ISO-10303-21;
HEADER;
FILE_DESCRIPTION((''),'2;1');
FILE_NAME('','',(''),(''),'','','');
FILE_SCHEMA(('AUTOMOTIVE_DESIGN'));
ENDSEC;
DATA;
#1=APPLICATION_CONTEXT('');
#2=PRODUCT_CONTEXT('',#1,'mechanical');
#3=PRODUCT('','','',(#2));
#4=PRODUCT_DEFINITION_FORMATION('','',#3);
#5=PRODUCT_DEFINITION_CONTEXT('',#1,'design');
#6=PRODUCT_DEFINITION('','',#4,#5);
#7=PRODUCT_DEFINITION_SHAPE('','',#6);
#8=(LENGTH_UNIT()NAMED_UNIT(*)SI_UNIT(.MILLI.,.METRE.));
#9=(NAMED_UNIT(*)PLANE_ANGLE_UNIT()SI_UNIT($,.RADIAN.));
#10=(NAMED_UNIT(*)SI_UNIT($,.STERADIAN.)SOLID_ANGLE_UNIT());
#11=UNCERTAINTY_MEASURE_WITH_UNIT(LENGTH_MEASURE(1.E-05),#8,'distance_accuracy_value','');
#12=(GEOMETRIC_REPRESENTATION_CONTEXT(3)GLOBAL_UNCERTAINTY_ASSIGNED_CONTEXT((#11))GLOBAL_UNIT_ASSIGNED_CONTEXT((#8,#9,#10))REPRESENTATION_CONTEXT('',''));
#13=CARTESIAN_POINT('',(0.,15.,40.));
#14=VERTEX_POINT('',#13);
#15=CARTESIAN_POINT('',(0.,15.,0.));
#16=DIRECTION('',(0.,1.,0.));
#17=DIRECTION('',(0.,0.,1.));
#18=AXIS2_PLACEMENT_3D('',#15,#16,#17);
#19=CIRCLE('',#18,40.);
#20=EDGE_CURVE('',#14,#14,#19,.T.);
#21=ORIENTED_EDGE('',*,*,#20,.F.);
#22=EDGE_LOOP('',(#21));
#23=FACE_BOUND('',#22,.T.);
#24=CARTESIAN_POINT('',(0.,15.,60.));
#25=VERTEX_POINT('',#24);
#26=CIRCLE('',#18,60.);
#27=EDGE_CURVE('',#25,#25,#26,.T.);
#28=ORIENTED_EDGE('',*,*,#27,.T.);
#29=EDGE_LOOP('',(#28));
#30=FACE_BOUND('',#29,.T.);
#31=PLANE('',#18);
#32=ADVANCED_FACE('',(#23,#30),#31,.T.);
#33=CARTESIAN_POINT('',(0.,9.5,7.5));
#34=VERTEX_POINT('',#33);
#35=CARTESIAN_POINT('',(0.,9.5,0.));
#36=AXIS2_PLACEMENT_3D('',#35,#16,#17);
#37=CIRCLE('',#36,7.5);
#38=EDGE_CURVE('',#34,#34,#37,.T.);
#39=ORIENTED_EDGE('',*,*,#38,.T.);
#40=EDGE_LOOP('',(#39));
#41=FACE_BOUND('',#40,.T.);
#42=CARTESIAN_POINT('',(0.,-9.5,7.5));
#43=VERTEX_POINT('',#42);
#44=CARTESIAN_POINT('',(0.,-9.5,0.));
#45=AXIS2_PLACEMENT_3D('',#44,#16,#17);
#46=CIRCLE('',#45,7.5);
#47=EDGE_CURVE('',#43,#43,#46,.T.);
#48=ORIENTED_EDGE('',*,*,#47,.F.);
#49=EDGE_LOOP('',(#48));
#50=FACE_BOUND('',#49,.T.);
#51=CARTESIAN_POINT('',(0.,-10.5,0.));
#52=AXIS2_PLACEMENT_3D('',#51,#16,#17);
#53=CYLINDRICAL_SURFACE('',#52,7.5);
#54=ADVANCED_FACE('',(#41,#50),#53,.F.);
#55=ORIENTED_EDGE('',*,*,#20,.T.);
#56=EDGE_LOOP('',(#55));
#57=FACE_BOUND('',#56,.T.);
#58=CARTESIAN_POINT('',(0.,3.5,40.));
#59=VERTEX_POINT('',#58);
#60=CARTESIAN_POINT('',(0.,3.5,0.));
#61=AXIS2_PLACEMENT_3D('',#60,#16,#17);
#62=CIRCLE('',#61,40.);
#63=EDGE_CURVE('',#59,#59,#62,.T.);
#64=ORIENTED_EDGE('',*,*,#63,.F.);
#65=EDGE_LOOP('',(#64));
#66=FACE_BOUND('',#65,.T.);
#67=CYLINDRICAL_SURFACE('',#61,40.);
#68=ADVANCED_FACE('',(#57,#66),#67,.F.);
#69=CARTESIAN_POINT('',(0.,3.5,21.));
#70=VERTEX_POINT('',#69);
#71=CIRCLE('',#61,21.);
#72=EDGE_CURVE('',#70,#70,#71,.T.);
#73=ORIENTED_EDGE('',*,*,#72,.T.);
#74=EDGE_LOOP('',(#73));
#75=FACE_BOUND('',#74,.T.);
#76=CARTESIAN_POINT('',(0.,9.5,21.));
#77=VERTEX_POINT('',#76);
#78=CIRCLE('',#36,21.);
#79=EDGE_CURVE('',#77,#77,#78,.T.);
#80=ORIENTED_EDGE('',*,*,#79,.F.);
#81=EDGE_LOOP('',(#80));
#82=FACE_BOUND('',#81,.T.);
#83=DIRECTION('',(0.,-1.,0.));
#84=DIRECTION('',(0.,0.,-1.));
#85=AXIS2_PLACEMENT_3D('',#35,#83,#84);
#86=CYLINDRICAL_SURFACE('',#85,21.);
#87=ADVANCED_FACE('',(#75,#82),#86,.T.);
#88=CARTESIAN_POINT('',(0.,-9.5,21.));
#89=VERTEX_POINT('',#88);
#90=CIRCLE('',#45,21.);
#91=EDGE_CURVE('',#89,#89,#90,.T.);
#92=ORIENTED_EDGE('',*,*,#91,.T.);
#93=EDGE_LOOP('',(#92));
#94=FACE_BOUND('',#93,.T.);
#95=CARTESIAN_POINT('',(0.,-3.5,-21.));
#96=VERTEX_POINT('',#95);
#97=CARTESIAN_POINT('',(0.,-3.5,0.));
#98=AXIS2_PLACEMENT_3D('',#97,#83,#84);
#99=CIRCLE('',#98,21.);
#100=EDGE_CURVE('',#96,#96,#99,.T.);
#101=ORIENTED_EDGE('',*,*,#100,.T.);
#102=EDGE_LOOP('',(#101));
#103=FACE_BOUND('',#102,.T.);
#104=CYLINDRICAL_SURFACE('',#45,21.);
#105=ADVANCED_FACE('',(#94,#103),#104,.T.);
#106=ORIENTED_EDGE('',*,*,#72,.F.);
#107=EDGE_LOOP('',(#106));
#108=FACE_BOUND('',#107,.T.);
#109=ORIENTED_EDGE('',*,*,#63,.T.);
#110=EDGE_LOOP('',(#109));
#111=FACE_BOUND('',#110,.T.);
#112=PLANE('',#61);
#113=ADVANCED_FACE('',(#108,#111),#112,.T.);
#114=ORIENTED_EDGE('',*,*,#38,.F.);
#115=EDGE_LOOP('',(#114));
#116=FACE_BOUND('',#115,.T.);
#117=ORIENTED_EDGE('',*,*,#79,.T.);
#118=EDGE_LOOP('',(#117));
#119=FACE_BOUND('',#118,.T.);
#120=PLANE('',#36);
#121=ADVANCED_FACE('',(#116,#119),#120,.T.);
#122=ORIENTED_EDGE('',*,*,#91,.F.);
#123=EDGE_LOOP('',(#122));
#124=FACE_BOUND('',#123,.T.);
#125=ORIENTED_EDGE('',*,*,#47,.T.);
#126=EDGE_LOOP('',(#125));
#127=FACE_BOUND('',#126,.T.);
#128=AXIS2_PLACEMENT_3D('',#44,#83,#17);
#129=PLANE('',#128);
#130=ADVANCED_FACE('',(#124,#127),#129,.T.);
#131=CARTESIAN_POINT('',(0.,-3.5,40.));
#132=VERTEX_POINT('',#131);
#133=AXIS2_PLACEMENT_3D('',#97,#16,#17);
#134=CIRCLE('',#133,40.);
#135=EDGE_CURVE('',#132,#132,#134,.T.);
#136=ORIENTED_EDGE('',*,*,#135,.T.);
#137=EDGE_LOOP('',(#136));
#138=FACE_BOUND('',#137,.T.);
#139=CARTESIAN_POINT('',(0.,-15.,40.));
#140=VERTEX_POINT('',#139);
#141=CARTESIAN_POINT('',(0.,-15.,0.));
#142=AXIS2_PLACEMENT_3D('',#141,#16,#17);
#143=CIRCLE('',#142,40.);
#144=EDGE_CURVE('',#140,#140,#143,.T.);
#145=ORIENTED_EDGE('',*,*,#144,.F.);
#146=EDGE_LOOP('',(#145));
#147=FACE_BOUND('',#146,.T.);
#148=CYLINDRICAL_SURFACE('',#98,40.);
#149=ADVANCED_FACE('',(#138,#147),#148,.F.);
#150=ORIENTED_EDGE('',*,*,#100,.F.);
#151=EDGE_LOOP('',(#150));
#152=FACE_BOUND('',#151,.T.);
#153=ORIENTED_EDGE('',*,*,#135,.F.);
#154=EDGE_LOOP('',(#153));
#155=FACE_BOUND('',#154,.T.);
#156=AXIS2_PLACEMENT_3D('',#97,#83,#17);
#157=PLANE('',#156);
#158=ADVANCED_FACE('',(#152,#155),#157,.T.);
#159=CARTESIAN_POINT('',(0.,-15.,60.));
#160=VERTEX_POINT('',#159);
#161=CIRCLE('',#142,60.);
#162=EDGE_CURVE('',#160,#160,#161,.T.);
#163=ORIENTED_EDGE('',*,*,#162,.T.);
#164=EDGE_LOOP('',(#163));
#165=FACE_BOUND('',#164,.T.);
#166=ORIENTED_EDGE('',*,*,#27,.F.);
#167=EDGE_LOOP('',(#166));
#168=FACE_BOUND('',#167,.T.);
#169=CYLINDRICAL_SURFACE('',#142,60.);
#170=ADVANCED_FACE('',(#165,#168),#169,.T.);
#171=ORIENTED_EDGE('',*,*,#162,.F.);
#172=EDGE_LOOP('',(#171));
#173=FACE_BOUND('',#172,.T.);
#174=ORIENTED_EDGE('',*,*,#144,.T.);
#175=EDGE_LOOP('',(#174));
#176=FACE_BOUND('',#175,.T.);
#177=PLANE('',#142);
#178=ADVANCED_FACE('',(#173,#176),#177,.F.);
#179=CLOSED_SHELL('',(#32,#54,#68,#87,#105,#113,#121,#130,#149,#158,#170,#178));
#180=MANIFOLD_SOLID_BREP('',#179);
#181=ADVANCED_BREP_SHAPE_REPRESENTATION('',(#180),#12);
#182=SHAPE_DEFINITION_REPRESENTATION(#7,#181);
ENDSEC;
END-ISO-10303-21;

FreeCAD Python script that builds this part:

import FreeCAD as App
import Part
import Sketcher
Q = App.Units.Quantity

doc = App.newDocument("Part")
body = doc.addObject("PartDesign::Body", "Body")

sketch1 = doc.addObject("Sketcher::SketchObject", "Sketch")
body.addObject(sketch1)
sketch1.AttachmentSupport = (doc.XZ_Plane, [""])
sketch1.MapMode = "FlatFace"
sketch1.addGeometry(Part.Circle(App.Vector(0, 0, 0), App.Vector(0, 0, 1), 60), False)
sketch1.addConstraint([
    Sketcher.Constraint("Coincident", 0, 3, -1, 1),
    Sketcher.Constraint("Diameter", 0, Q("120 mm")),
])
pad1 = doc.addObject("PartDesign::Pad", "Pad")
body.addObject(pad1)
pad1.Profile = sketch1
pad1.Type = "TwoLengths"
pad1.Length = 15
pad1.Length2 = 15
pad1.Reversed = True

sketch2 = doc.addObject("Sketcher::SketchObject", "Sketch001")
body.addObject(sketch2)
sketch2.AttachmentSupport = (doc.XZ_Plane, [""])
sketch2.MapMode = "FlatFace"
sketch2.AttachmentOffset = App.Placement(App.Vector(0, 0, -15), App.Rotation())
sketch2.addGeometry(Part.Circle(App.Vector(0, 0, 0), App.Vector(0, 0, 1), 40), False)
sketch2.addConstraint([
    Sketcher.Constraint("Coincident", 0, 3, -1, 1),
    Sketcher.Constraint("Diameter", 0, Q("80 mm")),
])
pocket1 = doc.addObject("PartDesign::Pocket", "Pocket")
body.addObject(pocket1)
pocket1.Profile = sketch2
pocket1.Length = 11.5
pocket1.Reversed = True

sketch3 = doc.addObject("Sketcher::SketchObject", "Sketch002")
body.addObject(sketch3)
sketch3.AttachmentSupport = (doc.XZ_Plane, [""])
sketch3.MapMode = "FlatFace"
sketch3.AttachmentOffset = App.Placement(App.Vector(0, 0, -3.5), App.Rotation())
sketch3.addGeometry(Part.Circle(App.Vector(0, 0, 0), App.Vector(0, 0, 1), 21), False)
sketch3.addConstraint([
    Sketcher.Constraint("Coincident", 0, 3, -1, 1),
    Sketcher.Constraint("Diameter", 0, Q("42 mm")),
])
pad2 = doc.addObject("PartDesign::Pad", "Pad001")
body.addObject(pad2)
pad2.Profile = sketch3
pad2.Length = 6
pad2.Reversed = True

sketch4 = doc.addObject("Sketcher::SketchObject", "Sketch003")
body.addObject(sketch4)
sketch4.AttachmentSupport = (doc.XZ_Plane, [""])
sketch4.MapMode = "FlatFace"
sketch4.AttachmentOffset = App.Placement(App.Vector(0, 0, -9.5), App.Rotation())
sketch4.addGeometry(Part.Circle(App.Vector(0, 0, 0), App.Vector(0, 0, 1), 8), False)
sketch4.addConstraint([
    Sketcher.Constraint("Coincident", 0, 3, -1, 1),
    Sketcher.Constraint("Diameter", 0, Q("15 mm")),
])
pocket2 = doc.addObject("PartDesign::Pocket", "Pocket001")
body.addObject(pocket2)
pocket2.Profile = sketch4
pocket2.Length = 20
pocket2.Reversed = True
doc.recompute()

mirrored = doc.addObject("PartDesign::Mirrored", "Mirrored")
body.addObject(mirrored)
mirrored.Originals = [pocket1, pad2, pocket2]
mirrored.MirrorPlane = (doc.XZ_Plane, [""])
body.Tip = mirrored

doc.recompute()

━━━━━━

Within the listing above, the range opens at the line with "#52=AXIS2_PLACEMENT_3D('',#51,#16,#17);" and closes at the line with "#58=CARTESIAN_POINT('',(0.,3.5,40.));". Reproduce exactly the lines of that range, including both ends.

#52=AXIS2_PLACEMENT_3D('',#51,#16,#17);
#53=CYLINDRICAL_SURFACE('',#52,7.5);
#54=ADVANCED_FACE('',(#41,#50),#53,.F.);
#55=ORIENTED_EDGE('',*,*,#20,.T.);
#56=EDGE_LOOP('',(#55));
#57=FACE_BOUND('',#56,.T.);
#58=CARTESIAN_POINT('',(0.,3.5,40.));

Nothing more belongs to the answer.